But it’s controversial. It cuts CO2 emissions by 20% compared with oil-based fuel. However, it’s still a fossil fuel and creates methane, a super pollutant. A study shows that methane leaks can make LNG-powered ships dirtier than ships using oil.
So given that there are pros and cons to each and every one of that alternative fuel, is there a frontrunner? Is there one that is better than the other? There are no frontrunners at this moment. Two fuels are available at this moment, LNG and methanol. Ammonia, LNG, methanol, does it matter which alternative fuel is being used? Ammonia is just at an initial stage. The problem is that the main engine for ammonia-fuel burning is under development.
That means that there is no main engine for ammonia going. LNG is very costly at this moment, but it is very simple and easy for securing their fuel for their fleet. That means there are good enough infrastructures there in the world, everywhere, every day, if they want to bunker their fleet, it is possible for LNG. But for methanol, ammonia, it is not easy. But why is LNG considered an alternative fuel when it’s still fossil fuel? Yeah, you are right, LNG is also fossil fuel. They also contain the carbon atom.
But please think about the real situation in real shipping and the shipbuilding industry. We have to consider the infrastructure to supply, also think about the supply chain. How they are bunkering fuel for the fleet. Nowadays, LNG is a major trend at this moment for our clients. For methanol, it is about scalability.
How do you get there? Yeah, the first thing is investment for the money to their infrastructure to increase. But the problem is that we need more time and more consensus in our markets. Jeon says ships first switching to a mix of fuels is a more realistic strategy to achieve net zero. IMO [International Maritime Organization] already announced their ambition to achieve net zero in 2050, but frankly speaking, it is not easy to achieve that requirement.
Not easy. But is it possible? Yeah, possible. We have to try to get that result. But clean fuel and cleaner fuel are very different concepts.
Clean fuel is a real clean fuel.

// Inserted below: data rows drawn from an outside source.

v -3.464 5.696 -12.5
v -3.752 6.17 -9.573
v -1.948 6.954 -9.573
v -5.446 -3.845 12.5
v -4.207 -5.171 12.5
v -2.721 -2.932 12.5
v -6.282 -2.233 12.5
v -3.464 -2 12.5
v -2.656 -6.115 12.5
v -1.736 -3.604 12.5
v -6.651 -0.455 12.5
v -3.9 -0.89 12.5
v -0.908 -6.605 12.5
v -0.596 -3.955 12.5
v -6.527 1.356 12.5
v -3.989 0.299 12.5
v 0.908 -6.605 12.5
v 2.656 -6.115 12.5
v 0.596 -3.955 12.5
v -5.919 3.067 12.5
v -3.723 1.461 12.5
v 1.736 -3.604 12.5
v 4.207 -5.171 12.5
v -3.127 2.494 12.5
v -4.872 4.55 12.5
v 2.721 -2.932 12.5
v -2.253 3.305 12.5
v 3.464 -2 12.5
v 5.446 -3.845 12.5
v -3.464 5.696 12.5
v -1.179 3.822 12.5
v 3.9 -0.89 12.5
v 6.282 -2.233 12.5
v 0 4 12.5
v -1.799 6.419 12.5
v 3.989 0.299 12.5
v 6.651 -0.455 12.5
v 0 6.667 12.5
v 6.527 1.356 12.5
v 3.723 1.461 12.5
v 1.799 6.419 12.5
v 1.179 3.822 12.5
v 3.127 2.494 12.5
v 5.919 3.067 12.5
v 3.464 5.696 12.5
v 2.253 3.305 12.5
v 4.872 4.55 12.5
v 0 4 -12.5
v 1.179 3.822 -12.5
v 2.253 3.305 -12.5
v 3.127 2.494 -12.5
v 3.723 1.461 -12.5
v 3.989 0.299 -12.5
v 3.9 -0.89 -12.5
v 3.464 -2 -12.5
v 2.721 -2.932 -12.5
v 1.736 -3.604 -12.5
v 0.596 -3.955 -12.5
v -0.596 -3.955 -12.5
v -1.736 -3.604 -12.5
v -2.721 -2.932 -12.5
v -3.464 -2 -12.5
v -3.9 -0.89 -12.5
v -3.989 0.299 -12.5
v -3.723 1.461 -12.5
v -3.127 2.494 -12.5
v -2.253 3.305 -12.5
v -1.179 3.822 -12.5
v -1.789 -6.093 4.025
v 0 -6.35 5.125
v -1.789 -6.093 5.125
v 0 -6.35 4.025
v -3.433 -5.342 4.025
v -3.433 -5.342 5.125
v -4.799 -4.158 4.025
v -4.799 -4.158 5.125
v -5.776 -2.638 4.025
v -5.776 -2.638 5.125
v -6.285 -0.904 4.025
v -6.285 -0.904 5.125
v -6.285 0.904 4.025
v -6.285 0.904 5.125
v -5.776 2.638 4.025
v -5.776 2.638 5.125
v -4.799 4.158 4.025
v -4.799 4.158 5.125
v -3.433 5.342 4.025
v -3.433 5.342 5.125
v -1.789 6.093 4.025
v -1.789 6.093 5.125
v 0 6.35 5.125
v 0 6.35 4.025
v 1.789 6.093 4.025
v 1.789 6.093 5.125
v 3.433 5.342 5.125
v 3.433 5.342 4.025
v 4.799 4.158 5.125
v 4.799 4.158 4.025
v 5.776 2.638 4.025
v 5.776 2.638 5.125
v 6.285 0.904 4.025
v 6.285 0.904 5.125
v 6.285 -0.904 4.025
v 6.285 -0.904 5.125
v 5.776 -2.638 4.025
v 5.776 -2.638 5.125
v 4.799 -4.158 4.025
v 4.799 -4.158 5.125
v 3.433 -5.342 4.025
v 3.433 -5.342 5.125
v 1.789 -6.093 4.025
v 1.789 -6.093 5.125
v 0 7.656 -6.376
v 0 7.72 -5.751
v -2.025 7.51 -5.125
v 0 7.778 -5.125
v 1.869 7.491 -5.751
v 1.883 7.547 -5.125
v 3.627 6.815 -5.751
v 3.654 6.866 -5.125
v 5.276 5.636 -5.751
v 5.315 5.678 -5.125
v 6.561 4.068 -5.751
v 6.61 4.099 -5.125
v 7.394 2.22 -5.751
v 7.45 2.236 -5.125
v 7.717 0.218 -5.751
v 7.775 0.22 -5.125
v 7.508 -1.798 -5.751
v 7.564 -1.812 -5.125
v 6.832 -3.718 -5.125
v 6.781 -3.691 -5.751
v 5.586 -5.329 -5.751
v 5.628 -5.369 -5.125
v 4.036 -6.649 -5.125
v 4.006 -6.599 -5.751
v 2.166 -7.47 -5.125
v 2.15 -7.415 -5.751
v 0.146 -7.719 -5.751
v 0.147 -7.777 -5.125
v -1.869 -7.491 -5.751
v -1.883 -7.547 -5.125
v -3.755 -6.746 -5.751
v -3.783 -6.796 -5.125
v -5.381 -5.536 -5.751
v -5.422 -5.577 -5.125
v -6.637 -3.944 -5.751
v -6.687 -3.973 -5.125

That means there is no carbon. Mixing is a bridge technology to reduce their carbon footprint and increase their efficiency. Besides alternative fuels, advances in shipbuilding technology are also needed for a carbon-neutral future.

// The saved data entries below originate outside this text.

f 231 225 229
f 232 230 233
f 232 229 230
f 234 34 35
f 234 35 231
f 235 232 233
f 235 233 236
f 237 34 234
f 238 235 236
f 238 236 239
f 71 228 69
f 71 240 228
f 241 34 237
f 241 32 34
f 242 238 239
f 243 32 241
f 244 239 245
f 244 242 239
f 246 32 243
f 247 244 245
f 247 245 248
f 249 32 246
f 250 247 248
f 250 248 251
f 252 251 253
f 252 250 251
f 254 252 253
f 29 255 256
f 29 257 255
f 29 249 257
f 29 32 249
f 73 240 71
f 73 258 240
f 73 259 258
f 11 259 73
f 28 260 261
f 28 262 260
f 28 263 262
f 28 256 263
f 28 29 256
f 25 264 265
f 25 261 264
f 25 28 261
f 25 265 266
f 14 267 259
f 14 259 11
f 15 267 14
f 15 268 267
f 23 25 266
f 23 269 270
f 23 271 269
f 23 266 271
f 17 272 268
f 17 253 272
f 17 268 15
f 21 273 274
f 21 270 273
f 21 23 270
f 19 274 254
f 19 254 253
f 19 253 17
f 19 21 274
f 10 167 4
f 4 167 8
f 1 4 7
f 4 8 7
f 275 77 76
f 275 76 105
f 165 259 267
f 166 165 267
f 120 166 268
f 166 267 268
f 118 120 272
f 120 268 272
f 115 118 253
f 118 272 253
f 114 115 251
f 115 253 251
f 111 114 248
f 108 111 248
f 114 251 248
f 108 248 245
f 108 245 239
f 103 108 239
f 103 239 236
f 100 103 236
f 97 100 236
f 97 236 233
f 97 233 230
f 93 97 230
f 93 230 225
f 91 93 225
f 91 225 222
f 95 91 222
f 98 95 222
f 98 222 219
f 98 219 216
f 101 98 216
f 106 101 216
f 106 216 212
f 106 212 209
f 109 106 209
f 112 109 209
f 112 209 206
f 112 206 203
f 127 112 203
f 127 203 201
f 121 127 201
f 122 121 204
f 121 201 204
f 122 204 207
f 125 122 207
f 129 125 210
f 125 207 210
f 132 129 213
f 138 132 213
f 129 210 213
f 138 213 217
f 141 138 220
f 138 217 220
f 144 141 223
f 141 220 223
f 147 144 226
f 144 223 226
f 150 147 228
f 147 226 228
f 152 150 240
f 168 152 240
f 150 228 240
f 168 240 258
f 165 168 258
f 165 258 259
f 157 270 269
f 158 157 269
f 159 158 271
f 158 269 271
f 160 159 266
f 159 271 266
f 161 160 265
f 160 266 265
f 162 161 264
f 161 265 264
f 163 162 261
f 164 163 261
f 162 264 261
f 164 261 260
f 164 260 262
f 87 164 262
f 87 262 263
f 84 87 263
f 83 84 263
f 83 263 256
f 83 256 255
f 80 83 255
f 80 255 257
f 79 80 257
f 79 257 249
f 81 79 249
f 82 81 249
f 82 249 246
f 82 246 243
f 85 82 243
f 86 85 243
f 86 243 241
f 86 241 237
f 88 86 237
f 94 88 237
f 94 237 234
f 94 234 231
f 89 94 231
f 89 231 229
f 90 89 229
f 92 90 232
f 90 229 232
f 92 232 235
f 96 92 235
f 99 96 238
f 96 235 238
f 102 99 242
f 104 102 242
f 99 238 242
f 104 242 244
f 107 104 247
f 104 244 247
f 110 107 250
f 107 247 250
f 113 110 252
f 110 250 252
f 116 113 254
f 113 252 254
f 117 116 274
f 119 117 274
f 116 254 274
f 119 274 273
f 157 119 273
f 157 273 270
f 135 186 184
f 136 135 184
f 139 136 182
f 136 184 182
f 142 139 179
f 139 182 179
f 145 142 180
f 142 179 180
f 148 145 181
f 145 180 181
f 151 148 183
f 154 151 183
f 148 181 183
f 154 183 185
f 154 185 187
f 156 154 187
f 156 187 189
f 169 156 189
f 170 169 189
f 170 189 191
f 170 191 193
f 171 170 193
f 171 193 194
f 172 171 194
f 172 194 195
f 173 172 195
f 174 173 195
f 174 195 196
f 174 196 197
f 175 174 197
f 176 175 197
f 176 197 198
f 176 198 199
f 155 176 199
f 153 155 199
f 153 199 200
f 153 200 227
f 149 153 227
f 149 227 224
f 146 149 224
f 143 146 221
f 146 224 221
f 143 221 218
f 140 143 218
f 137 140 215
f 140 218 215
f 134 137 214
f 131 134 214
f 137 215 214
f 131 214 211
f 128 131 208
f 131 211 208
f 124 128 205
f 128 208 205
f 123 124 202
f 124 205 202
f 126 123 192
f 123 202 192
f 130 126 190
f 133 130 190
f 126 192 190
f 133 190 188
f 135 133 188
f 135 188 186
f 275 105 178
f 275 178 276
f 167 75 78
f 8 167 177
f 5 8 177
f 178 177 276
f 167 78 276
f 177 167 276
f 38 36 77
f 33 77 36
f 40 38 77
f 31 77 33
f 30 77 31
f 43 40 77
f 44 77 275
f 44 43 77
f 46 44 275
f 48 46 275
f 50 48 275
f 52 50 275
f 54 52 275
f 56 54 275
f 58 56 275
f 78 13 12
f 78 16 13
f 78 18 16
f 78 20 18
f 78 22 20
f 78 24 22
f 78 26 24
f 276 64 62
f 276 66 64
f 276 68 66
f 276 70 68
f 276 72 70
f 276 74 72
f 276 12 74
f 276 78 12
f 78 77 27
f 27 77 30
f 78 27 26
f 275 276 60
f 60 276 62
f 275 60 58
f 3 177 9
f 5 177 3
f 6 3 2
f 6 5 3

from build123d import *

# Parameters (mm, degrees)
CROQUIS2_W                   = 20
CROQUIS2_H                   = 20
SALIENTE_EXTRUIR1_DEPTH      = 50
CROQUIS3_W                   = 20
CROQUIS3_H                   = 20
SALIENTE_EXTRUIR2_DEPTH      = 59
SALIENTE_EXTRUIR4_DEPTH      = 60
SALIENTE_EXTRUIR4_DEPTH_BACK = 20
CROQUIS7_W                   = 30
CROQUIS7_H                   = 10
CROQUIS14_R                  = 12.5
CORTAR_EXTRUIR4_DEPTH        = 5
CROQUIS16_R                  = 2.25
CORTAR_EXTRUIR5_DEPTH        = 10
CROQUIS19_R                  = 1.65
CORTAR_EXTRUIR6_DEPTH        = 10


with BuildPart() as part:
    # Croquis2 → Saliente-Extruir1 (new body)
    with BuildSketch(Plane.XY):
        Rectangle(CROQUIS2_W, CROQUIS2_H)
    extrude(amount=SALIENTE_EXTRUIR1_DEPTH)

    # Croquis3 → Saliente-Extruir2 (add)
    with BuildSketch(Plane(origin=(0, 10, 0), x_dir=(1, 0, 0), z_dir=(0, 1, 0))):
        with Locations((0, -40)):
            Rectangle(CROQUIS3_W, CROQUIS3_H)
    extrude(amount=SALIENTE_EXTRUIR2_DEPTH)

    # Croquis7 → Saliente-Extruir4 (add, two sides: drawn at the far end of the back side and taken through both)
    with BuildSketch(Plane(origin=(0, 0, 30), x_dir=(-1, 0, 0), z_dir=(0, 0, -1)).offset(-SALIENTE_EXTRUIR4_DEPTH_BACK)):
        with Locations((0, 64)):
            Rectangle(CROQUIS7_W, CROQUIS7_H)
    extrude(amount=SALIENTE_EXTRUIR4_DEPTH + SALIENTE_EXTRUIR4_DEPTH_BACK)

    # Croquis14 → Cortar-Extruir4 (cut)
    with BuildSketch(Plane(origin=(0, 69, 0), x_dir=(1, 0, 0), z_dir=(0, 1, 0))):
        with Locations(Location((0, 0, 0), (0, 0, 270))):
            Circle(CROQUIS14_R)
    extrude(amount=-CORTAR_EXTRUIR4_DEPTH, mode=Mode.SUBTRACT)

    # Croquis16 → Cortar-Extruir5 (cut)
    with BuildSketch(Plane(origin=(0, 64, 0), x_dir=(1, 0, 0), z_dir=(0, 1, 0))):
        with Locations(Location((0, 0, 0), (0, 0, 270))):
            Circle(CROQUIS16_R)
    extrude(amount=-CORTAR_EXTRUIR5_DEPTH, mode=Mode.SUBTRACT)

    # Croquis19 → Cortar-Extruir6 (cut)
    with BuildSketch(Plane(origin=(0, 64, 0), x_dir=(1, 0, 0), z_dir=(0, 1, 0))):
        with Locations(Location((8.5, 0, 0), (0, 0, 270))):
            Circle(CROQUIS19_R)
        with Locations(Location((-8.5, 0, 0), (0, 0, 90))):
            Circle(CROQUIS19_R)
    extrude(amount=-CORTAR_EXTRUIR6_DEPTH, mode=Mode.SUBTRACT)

To build methanol-powered ships, Hyundai developed a special engine. Fuel is very important, but the other one is the engine and equipment. Methanol is very corrosive.
So we got a different design in the engine area that route to the supply we need. We chose the dual fuel pipe for methanol to the engine area in case of the failure with the inner diameter. We adapted the methanol fuel tank to prevent corrosion. The adoption of alternative fuels might not be a straightforward path, but for sure it’s a costly one.
Fuels are a significant expense for vessels. An extra $8 to $28 billion is needed each year to make ships greener by 2050, according to a UN Trade and Development report. Swapping out heavy oil fuels may not be the only way forward. If the question is how to reduce carbon emissions, then the answer may lie in an unusual place: the ship’s hull.
Since the earliest days of sea voyages, shipowners have been troubled by grasses, barnacles and other organisms that grow on hulls, known as biofouling. Biofouling starts to occur within the first few hours of a ship’s immersion in water and this increases drag for ships, making them use more fuel to move through water. If half a ship’s hull is covered by biofouling even as thin as a human fingernail, it could increase carbon emissions by as much as 30%. Enter Neptune Robotics, which has created an underwater robot that cleans hulls. So Elizabeth, Neptune’s robots are not the only robots out there cleaning hulls. We have robots in Norway, in Australia.
What makes your robots different? What’s cutting edge about it? Neptune is the first robotic hull clean that works in extreme environments 24/7 in the sea. So in Panamax to Capesize bulk carrier berths. These are the biggest ships out there. Yes, bigger than aircrafts.
They are bigger than skyscrapers. And in those berths, they have very strong currents. And these are the vessels that carry the most biofouling and burn the most fuel and consume the most emissions. And we counter four knots of currents, our robots.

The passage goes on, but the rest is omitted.